[Records from a dataset]
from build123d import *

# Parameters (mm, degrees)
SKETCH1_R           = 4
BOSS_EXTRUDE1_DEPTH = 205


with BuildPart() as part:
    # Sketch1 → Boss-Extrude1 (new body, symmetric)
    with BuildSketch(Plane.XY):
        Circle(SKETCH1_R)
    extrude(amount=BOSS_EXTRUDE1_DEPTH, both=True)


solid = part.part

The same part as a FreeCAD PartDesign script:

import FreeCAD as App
import Part
import Sketcher

V = App.Vector

doc = App.newDocument("Part")
params = doc.addObject("Spreadsheet::Sheet", "Params")
for row, (alias, value) in enumerate([
    ("sketch1_diameter", "8 mm"),
    ("pad1_length", "410 mm"),
], start=1):
    params.set(f"A{row}", alias)
    params.set(f"B{row}", "=" + value)
    params.setAlias(f"B{row}", alias)

body = doc.addObject("PartDesign::Body", "Body")

sketch1 = body.newObject("Sketcher::SketchObject", "Sketch")
sketch1.AttachmentSupport = (doc.getObject("XY_Plane"), [""])
sketch1.MapMode = "FlatFace"
sketch1.addGeometry(Part.Circle(V(0, 0, 0), V(0, 0, 1), 4), False)
sketch1.addConstraint(Sketcher.Constraint("Coincident", 0, 3, -1, 1))
sketch1.addConstraint(Sketcher.Constraint("Diameter", 0, 8.0))
sketch1.setExpression("Constraints[1]", "Params.sketch1_diameter")
pad1 = body.newObject("PartDesign::Pad", "Pad")
pad1.Profile = sketch1
pad1.setExpression("Length", "Params.pad1_length")
pad1.Midplane = True

doc.recompute()
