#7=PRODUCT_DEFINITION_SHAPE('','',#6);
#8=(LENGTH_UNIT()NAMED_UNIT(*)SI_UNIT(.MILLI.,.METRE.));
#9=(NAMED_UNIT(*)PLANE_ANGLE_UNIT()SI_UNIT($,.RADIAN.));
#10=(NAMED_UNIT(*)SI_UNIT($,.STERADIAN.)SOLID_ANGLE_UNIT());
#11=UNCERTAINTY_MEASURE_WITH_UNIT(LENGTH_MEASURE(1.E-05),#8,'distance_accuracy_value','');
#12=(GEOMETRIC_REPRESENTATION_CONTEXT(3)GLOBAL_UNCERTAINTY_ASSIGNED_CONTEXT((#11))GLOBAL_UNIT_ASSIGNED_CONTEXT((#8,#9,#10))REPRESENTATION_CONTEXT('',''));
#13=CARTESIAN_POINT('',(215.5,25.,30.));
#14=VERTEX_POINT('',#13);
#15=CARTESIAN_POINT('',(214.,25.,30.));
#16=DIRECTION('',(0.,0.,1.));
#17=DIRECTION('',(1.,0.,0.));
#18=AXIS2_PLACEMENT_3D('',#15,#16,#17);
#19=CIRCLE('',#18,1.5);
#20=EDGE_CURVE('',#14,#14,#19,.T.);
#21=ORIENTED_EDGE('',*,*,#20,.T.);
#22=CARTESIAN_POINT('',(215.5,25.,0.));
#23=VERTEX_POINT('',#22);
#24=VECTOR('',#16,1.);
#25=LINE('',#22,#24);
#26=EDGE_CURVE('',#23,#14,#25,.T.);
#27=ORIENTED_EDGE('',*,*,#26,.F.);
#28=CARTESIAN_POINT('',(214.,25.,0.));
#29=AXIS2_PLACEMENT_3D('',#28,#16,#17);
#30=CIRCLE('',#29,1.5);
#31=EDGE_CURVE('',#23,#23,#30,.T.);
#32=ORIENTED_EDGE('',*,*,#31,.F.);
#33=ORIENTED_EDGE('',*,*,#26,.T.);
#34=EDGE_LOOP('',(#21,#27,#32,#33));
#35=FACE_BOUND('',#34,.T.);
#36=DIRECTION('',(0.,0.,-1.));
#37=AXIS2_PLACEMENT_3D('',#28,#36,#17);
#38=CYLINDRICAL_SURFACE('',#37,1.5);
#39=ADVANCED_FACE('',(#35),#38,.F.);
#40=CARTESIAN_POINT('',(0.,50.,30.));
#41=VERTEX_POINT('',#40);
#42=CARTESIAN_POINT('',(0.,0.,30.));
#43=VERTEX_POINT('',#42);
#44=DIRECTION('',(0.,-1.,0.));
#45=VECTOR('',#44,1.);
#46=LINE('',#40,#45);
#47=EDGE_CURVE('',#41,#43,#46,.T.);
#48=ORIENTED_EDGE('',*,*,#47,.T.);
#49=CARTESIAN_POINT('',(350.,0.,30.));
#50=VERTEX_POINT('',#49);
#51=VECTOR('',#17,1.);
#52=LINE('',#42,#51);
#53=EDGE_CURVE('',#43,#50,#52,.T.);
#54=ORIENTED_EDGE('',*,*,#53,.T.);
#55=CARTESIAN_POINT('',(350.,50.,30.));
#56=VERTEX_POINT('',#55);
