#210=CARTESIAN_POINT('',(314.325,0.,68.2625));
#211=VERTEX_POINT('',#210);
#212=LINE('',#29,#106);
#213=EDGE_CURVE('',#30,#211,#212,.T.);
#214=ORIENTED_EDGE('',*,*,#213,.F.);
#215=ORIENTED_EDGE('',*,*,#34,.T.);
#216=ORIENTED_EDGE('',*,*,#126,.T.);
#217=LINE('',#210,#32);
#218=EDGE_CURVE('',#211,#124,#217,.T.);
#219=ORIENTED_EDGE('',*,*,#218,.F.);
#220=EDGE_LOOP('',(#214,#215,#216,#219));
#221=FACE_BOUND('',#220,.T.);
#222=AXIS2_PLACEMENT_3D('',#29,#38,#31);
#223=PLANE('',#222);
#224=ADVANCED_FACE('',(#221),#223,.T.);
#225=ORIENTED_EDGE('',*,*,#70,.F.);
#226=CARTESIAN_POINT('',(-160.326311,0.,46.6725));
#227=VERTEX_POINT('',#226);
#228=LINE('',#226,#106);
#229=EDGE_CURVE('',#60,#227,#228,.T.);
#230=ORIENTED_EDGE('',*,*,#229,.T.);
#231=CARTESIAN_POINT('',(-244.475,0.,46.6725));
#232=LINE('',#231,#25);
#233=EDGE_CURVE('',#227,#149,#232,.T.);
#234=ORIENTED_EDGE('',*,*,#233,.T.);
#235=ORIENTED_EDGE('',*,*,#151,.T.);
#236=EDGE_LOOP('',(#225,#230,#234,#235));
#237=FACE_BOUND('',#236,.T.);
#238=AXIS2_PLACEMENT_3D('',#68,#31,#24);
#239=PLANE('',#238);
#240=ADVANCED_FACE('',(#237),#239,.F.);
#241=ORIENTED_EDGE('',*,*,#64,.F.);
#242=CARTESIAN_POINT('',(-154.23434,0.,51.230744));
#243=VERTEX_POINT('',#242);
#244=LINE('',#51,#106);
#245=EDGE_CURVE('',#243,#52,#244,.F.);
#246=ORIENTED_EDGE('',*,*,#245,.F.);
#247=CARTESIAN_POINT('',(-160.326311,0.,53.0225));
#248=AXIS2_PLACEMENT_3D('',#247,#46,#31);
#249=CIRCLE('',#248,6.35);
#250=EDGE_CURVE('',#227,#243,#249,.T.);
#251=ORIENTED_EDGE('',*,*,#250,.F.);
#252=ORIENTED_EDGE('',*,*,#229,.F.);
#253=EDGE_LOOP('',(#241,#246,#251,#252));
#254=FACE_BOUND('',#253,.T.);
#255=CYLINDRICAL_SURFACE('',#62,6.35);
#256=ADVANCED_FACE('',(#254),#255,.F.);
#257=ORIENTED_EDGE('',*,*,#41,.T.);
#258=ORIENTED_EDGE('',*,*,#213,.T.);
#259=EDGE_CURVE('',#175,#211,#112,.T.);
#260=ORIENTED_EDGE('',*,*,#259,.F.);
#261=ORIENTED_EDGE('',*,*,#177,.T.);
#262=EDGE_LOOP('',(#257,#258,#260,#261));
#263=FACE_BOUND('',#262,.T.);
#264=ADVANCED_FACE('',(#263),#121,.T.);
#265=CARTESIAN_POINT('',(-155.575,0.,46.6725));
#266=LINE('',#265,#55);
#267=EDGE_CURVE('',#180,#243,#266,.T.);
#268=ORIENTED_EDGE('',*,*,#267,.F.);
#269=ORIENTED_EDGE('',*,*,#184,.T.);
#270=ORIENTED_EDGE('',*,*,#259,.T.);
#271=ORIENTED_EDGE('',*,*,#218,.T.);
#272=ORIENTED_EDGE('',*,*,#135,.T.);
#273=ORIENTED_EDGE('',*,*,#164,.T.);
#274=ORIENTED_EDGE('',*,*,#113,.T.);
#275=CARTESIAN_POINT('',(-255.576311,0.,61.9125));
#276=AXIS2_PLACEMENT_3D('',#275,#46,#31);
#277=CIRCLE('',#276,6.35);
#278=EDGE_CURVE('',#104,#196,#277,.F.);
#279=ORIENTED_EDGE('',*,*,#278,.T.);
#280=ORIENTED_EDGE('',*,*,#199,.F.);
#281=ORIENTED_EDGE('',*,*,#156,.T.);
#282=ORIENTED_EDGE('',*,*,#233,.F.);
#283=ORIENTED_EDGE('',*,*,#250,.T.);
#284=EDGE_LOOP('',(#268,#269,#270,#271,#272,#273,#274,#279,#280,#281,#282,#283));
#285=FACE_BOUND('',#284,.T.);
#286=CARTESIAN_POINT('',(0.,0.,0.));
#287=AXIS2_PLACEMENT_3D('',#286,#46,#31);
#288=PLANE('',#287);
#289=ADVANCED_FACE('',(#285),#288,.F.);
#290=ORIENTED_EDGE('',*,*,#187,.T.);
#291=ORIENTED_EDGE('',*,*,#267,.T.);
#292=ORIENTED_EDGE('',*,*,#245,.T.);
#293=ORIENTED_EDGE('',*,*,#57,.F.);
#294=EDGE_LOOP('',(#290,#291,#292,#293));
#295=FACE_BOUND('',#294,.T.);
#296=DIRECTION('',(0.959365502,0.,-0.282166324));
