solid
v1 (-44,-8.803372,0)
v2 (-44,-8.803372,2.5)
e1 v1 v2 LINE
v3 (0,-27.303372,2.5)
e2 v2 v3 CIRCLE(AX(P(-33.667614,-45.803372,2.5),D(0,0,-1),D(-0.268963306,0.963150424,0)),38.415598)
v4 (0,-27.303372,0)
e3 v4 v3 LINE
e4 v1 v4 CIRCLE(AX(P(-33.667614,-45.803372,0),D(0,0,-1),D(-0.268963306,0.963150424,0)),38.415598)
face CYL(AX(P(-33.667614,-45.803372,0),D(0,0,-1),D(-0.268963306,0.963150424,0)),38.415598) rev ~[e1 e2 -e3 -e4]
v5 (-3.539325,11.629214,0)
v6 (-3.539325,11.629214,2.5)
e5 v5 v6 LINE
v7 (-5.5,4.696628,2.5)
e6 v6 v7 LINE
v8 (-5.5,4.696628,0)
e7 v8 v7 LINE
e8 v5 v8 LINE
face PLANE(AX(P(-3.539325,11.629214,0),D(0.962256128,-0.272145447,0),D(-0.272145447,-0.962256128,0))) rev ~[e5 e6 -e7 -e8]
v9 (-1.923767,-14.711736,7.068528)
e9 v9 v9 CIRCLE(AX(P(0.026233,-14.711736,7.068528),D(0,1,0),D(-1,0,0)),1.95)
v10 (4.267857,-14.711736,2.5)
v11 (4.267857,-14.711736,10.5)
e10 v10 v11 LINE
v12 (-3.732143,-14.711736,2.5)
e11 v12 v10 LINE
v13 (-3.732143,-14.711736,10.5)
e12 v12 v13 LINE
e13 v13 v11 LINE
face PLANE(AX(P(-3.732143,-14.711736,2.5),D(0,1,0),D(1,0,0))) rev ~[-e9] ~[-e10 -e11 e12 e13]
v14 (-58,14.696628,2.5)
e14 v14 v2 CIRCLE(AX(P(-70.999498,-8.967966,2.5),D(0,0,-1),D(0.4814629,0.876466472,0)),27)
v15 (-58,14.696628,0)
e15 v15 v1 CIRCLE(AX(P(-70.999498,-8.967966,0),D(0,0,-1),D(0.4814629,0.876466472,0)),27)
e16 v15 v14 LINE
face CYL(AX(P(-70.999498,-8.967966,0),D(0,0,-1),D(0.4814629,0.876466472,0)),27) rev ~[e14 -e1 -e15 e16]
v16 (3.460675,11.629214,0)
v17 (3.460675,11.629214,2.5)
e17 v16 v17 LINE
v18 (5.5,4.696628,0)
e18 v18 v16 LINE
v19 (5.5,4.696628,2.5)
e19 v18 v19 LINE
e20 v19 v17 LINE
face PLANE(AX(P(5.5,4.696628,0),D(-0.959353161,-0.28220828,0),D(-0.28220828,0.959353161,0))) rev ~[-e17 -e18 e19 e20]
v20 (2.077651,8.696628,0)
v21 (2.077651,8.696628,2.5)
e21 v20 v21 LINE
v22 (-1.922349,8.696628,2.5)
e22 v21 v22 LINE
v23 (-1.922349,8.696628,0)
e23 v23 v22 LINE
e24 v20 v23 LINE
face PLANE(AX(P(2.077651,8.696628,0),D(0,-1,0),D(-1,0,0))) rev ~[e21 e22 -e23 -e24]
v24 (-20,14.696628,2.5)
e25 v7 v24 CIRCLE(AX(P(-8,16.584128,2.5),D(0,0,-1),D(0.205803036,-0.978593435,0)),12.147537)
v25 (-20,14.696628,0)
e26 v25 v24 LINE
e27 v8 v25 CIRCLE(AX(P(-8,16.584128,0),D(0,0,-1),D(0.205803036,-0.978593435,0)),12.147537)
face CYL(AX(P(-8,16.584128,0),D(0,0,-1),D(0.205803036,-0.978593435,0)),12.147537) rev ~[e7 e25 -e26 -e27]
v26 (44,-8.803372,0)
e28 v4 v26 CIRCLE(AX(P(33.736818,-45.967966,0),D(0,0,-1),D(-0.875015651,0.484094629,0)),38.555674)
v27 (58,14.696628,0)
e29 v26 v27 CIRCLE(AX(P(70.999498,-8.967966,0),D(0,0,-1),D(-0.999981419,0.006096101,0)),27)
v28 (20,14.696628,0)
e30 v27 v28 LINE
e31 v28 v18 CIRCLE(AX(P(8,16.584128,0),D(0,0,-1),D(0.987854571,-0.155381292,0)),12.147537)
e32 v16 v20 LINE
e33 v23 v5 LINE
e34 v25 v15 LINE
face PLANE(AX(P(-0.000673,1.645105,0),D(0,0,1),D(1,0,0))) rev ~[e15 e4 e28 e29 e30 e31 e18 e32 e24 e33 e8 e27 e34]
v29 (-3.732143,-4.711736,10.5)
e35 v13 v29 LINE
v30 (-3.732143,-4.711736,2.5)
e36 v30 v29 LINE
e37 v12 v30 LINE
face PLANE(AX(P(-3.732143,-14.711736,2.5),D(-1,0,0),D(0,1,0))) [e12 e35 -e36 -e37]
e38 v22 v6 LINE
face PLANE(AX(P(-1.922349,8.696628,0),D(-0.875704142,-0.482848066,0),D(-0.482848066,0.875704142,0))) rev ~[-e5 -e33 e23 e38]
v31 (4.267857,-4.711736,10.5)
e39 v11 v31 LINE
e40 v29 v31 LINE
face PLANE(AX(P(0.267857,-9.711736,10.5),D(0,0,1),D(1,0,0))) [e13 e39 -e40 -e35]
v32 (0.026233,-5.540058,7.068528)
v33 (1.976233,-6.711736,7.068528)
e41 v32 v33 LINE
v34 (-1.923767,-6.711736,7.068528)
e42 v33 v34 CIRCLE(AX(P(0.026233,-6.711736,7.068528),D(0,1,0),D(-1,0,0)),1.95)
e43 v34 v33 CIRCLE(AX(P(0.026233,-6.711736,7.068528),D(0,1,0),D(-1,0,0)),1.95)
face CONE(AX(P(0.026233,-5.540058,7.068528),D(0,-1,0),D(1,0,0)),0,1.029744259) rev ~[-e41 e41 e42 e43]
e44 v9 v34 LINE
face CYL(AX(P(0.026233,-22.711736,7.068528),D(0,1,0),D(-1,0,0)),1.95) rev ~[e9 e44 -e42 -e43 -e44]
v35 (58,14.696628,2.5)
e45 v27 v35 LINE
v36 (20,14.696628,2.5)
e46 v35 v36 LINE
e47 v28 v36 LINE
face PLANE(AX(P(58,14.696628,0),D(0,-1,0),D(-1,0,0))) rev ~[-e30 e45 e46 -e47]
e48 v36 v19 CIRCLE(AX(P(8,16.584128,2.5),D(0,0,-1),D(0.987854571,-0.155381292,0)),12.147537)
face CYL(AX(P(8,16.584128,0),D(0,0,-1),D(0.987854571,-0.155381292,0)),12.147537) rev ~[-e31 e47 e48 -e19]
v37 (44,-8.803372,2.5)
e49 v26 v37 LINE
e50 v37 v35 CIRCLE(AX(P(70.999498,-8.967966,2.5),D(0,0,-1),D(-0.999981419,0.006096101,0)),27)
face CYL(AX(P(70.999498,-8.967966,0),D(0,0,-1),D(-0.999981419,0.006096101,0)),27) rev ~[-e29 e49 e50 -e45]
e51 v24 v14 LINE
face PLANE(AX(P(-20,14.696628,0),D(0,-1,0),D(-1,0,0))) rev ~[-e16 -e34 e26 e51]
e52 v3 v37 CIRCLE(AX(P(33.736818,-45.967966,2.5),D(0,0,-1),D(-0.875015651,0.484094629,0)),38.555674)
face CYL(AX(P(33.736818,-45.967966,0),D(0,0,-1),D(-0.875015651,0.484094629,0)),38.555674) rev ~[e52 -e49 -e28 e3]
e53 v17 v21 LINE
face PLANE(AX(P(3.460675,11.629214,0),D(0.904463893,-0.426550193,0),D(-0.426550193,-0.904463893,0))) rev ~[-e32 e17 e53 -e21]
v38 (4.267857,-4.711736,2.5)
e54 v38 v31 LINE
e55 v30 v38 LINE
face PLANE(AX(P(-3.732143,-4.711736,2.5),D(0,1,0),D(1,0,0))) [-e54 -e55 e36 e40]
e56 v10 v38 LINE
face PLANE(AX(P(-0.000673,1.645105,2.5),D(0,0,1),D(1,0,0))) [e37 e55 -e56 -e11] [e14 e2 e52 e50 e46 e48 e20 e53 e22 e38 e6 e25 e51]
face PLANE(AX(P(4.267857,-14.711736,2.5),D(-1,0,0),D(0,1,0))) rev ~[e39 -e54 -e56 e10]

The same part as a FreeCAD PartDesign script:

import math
import FreeCAD as App
import Part
import Sketcher
Q = App.Units.Quantity


def add_polygon(sketch, points):
    """Adds a closed chain of lines whose ends are joined by coincident constraints."""
    first, n = sketch.GeometryCount, len(points)
    for a, b in zip(points, points[1:] + points[:1]):
        sketch.addGeometry(Part.LineSegment(App.Vector(*a, 0), App.Vector(*b, 0)), False)
    for i in range(n):
        sketch.addConstraint(Sketcher.Constraint("Coincident", first + i, 2, first + (i + 1) % n, 1))

doc = App.newDocument("Part")
params = doc.addObject("Spreadsheet::Sheet", "Params")
for row, (alias, value) in enumerate([
    ("sketch1_radius", "27 mm"),
    ("sketch1_width", "38 mm"),
    ("sketch1_width2", "4 mm"),
    ("pad1_length", "2.5 mm"),
    ("sketch2_width", "8 mm"),
    ("sketch2_height", "10 mm"),
    ("pad2_length", "8 mm"),
    ("sketch3_diameter", "3.9 mm"),
    ("hole_diameter", "3.9 mm"),
    ("hole_depth", "8 mm"),
], start=1):
    params.set(f"A{row}", alias)
    params.set(f"B{row}", "=" + value)
    params.setAlias(f"B{row}", alias)

body = doc.addObject("PartDesign::Body", "Body")

sketch1 = doc.addObject("Sketcher::SketchObject", "Sketch")
body.addObject(sketch1)
sketch1.AttachmentSupport = (doc.XY_Plane, [""])
sketch1.MapMode = "FlatFace"
sketch1.addGeometry([
    Part.LineSegment(App.Vector(-20, 14.7, 0), App.Vector(-58, 14.7, 0)),
    Part.ArcOfCircle(Part.Circle(App.Vector(-71, -9, 0), App.Vector(0, 0, 1), 27), math.radians(0), math.radians(61)),
    Part.ArcOfCircle(Part.Circle(App.Vector(-33.7, -45.8, 0), App.Vector(0, 0, 1), 38.4), math.radians(29), math.radians(106)),
    Part.ArcOfCircle(Part.Circle(App.Vector(33.7, -46, 0), App.Vector(0, 0, 1), 38.6), math.radians(75), math.radians(151)),
    Part.ArcOfCircle(Part.Circle(App.Vector(71, -9, 0), App.Vector(0, 0, 1), 27), math.radians(119), math.radians(180)),
    Part.LineSegment(App.Vector(58, 14.7, 0), App.Vector(20, 14.7, 0)),
    Part.ArcOfCircle(Part.Circle(App.Vector(8, 16.6, 0), App.Vector(0, 0, 1), 12.1), math.radians(-102), math.radians(-9)),
    Part.LineSegment(App.Vector(5.5, 4.7, 0), App.Vector(3.5, 11.6, 0)),
    Part.LineSegment(App.Vector(3.5, 11.6, 0), App.Vector(2.1, 8.7, 0)),
    Part.LineSegment(App.Vector(2.1, 8.7, 0), App.Vector(-1.9, 8.7, 0)),
    Part.LineSegment(App.Vector(-1.9, 8.7, 0), App.Vector(-3.5, 11.6, 0)),
    Part.LineSegment(App.Vector(-3.5, 11.6, 0), App.Vector(-5.5, 4.7, 0)),
    Part.ArcOfCircle(Part.Circle(App.Vector(-8, 16.6, 0), App.Vector(0, 0, 1), 12.1), math.radians(-171), math.radians(-78)),
], False)
sketch1.addConstraint([
    Sketcher.Constraint("Coincident", 0, 2, 1, 2),
    Sketcher.Constraint("Coincident", 1, 1, 2, 2),
    Sketcher.Constraint("Coincident", 2, 1, 3, 2),
    Sketcher.Constraint("Coincident", 3, 1, 4, 2),
    Sketcher.Constraint("Coincident", 4, 1, 5, 1),
    Sketcher.Constraint("Coincident", 5, 2, 6, 2),
    Sketcher.Constraint("Coincident", 6, 1, 7, 1),
    Sketcher.Constraint("Coincident", 7, 2, 8, 1),
    Sketcher.Constraint("Coincident", 8, 2, 9, 1),
    Sketcher.Constraint("Coincident", 9, 2, 10, 1),
    Sketcher.Constraint("Coincident", 10, 2, 11, 1),
    Sketcher.Constraint("Coincident", 11, 2, 12, 2),
    Sketcher.Constraint("Coincident", 12, 1, 0, 1),
    Sketcher.Constraint("Horizontal", 0),
    Sketcher.Constraint("Horizontal", 5),
    Sketcher.Constraint("Horizontal", 9),
    Sketcher.Constraint("Equal", 1, 4),
    Sketcher.Constraint("Equal", 6, 12),
    Sketcher.Constraint("Symmetric", 1, 3, 4, 3, -2),
    Sketcher.Constraint("Symmetric", 6, 3, 12, 3, -2),
    Sketcher.Constraint("PointOnObject", 2, 1, -2),
    Sketcher.Constraint("Horizontal", 1, 1, 3, 1),
    Sketcher.Constraint("Horizontal", 0, 2, 4, 1),
    Sketcher.Constraint("Horizontal", 7, 2, 10, 2),
    Sketcher.Constraint("Horizontal", 6, 1, 11, 2),
    Sketcher.Constraint("Radius", 1, Q("27 mm")),
    Sketcher.Constraint("DistanceX", 0, 2, 0, 1, Q("38 mm")),
    Sketcher.Constraint("DistanceX", 9, 2, 9, 1, Q("4 mm")),
    Sketcher.Constraint("DistanceX", -1, 1, 6, 3, Q("8 mm")),
    Sketcher.Constraint("DistanceX", 0, 2, -1, 1, Q("58 mm")),
    Sketcher.Constraint("DistanceX", 1, 1, -1, 1, Q("44 mm")),
    Sketcher.Constraint("DistanceY", 3, 3, 1, 3, Q("37 mm")),
    Sketcher.Constraint("DistanceY", 2, 3, 1, 1, Q("37 mm")),
    Sketcher.Constraint("DistanceY", 2, 1, 5, 2, Q("42 mm")),
    Sketcher.Constraint("DistanceY", 6, 1, 5, 2, Q("10 mm")),
    Sketcher.Constraint("DistanceY", 6, 1, 8, 2, Q("4 mm")),
    Sketcher.Constraint("DistanceX", 10, 2, 7, 2, Q("7 mm")),
    Sketcher.Constraint("DistanceX", 11, 2, 6, 1, Q("11 mm")),
    Sketcher.Constraint("Radius", 2, Q("38.415598 mm")),
    Sketcher.Constraint("Distance", 7, Q("7.226312 mm")),
    Sketcher.Constraint("Distance", 10, Q("3.348831 mm")),
    Sketcher.Constraint("Distance", 11, Q("7.204511 mm")),
    Sketcher.Constraint("DistanceY", 2, 3, -1, 1, Q("45.803372 mm")),
])
sketch1.setExpression("Constraints[25]", "Params.sketch1_radius")
sketch1.setExpression("Constraints[26]", "Params.sketch1_width")
sketch1.setExpression("Constraints[27]", "Params.sketch1_width2")
pad1 = doc.addObject("PartDesign::Pad", "Pad")
body.addObject(pad1)
pad1.Profile = sketch1
pad1.setExpression("Length", "Params.pad1_length")

sketch2 = doc.addObject("Sketcher::SketchObject", "Sketch001")
body.addObject(sketch2)
sketch2.AttachmentSupport = (doc.XY_Plane, [""])
sketch2.MapMode = "FlatFace"
sketch2.AttachmentOffset = App.Placement(App.Vector(0, 0, 2.5), App.Rotation())
add_polygon(sketch2, [(-4, -5), (-4, -15), (4, -15), (4, -5)])
sketch2.addConstraint([
    Sketcher.Constraint("Vertical", 0),
    Sketcher.Constraint("Horizontal", 1),
    Sketcher.Constraint("Vertical", 2),
    Sketcher.Constraint("Horizontal", 3),
    Sketcher.Constraint("DistanceX", 1, 1, 1, 2, Q("8 mm")),
    Sketcher.Constraint("DistanceY", 0, 2, 0, 1, Q("10 mm")),
    Sketcher.Constraint("DistanceX", 0, 2, -1, 1, Q("3.732143 mm")),
    Sketcher.Constraint("DistanceY", 0, 2, -1, 1, Q("14.711736 mm")),
])
sketch2.setExpression("Constraints[8]", "Params.sketch2_width")
sketch2.setExpression("Constraints[9]", "Params.sketch2_height")
pad2 = doc.addObject("PartDesign::Pad", "Pad001")
body.addObject(pad2)
pad2.Profile = sketch2
pad2.setExpression("Length", "Params.pad2_length")

sketch3 = doc.addObject("Sketcher::SketchObject", "Sketch002")
body.addObject(sketch3)
sketch3.AttachmentSupport = (doc.XZ_Plane, [""])
sketch3.MapMode = "FlatFace"
sketch3.AttachmentOffset = App.Placement(App.Vector(0, 0, 14.711736), App.Rotation())
sketch3.addGeometry(Part.Circle(App.Vector(0, 7.1, 0), App.Vector(0, 0, 1), 1.9), False)
sketch3.addConstraint([
    Sketcher.Constraint("Diameter", 0, Q("3.9 mm")),
    Sketcher.Constraint("DistanceX", -1, 1, 0, 3, Q("0.026233 mm")),
    Sketcher.Constraint("DistanceY", -1, 1, 0, 3, Q("7.068528 mm")),
])
sketch3.setExpression("Constraints[0]", "Params.sketch3_diameter")
doc.recompute()
hole = doc.addObject("PartDesign::Hole", "Hole")
body.addObject(hole)
hole.Profile = sketch3
hole.ThreadType = "None"
hole.setExpression("Diameter", "Params.hole_diameter")
hole.DepthType = "Dimension"
hole.setExpression("Depth", "Params.hole_depth")
hole.DrillPoint = "Angled"
hole.DrillPointAngle = 118

doc.recompute()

_What you should do:_ Above are some records; copy exactly the lines from the one with "#43=VERTEX_POINT('',#42);" through the one with "#251=ORIENTED_EDGE('',*,*,#250,.F.);", both included, and no others.

_Task result:_
#43=VERTEX_POINT('',#42);
#44=DIRECTION('',(0.,-1.,0.));
#45=VECTOR('',#44,1.);
#46=LINE('',#40,#45);
#47=EDGE_CURVE('',#41,#43,#46,.T.);
#48=ORIENTED_EDGE('',*,*,#47,.T.);
#49=CARTESIAN_POINT('',(350.,0.,30.));
#50=VERTEX_POINT('',#49);
#51=VECTOR('',#17,1.);
#52=LINE('',#42,#51);
#53=EDGE_CURVE('',#43,#50,#52,.T.);
#54=ORIENTED_EDGE('',*,*,#53,.T.);
#55=CARTESIAN_POINT('',(350.,50.,30.));
#56=VERTEX_POINT('',#55);
#210=CARTESIAN_POINT('',(314.325,0.,68.2625));
#211=VERTEX_POINT('',#210);
#212=LINE('',#29,#106);
#213=EDGE_CURVE('',#30,#211,#212,.T.);
#214=ORIENTED_EDGE('',*,*,#213,.F.);
#215=ORIENTED_EDGE('',*,*,#34,.T.);
#216=ORIENTED_EDGE('',*,*,#126,.T.);
#217=LINE('',#210,#32);
#218=EDGE_CURVE('',#211,#124,#217,.T.);
#219=ORIENTED_EDGE('',*,*,#218,.F.);
#220=EDGE_LOOP('',(#214,#215,#216,#219));
#221=FACE_BOUND('',#220,.T.);
#222=AXIS2_PLACEMENT_3D('',#29,#38,#31);
#223=PLANE('',#222);
#224=ADVANCED_FACE('',(#221),#223,.T.);
#225=ORIENTED_EDGE('',*,*,#70,.F.);
#226=CARTESIAN_POINT('',(-160.326311,0.,46.6725));
#227=VERTEX_POINT('',#226);
#228=LINE('',#226,#106);
#229=EDGE_CURVE('',#60,#227,#228,.T.);
#230=ORIENTED_EDGE('',*,*,#229,.T.);
#231=CARTESIAN_POINT('',(-244.475,0.,46.6725));
#232=LINE('',#231,#25);
#233=EDGE_CURVE('',#227,#149,#232,.T.);
#234=ORIENTED_EDGE('',*,*,#233,.T.);
#235=ORIENTED_EDGE('',*,*,#151,.T.);
#236=EDGE_LOOP('',(#225,#230,#234,#235));
#237=FACE_BOUND('',#236,.T.);
#238=AXIS2_PLACEMENT_3D('',#68,#31,#24);
#239=PLANE('',#238);
#240=ADVANCED_FACE('',(#237),#239,.F.);
#241=ORIENTED_EDGE('',*,*,#64,.F.);
#242=CARTESIAN_POINT('',(-154.23434,0.,51.230744));
#243=VERTEX_POINT('',#242);
#244=LINE('',#51,#106);
#245=EDGE_CURVE('',#243,#52,#244,.F.);
#246=ORIENTED_EDGE('',*,*,#245,.F.);
#247=CARTESIAN_POINT('',(-160.326311,0.,53.0225));
#248=AXIS2_PLACEMENT_3D('',#247,#46,#31);
#249=CIRCLE('',#248,6.35);
#250=EDGE_CURVE('',#227,#243,#249,.T.);
#251=ORIENTED_EDGE('',*,*,#250,.F.);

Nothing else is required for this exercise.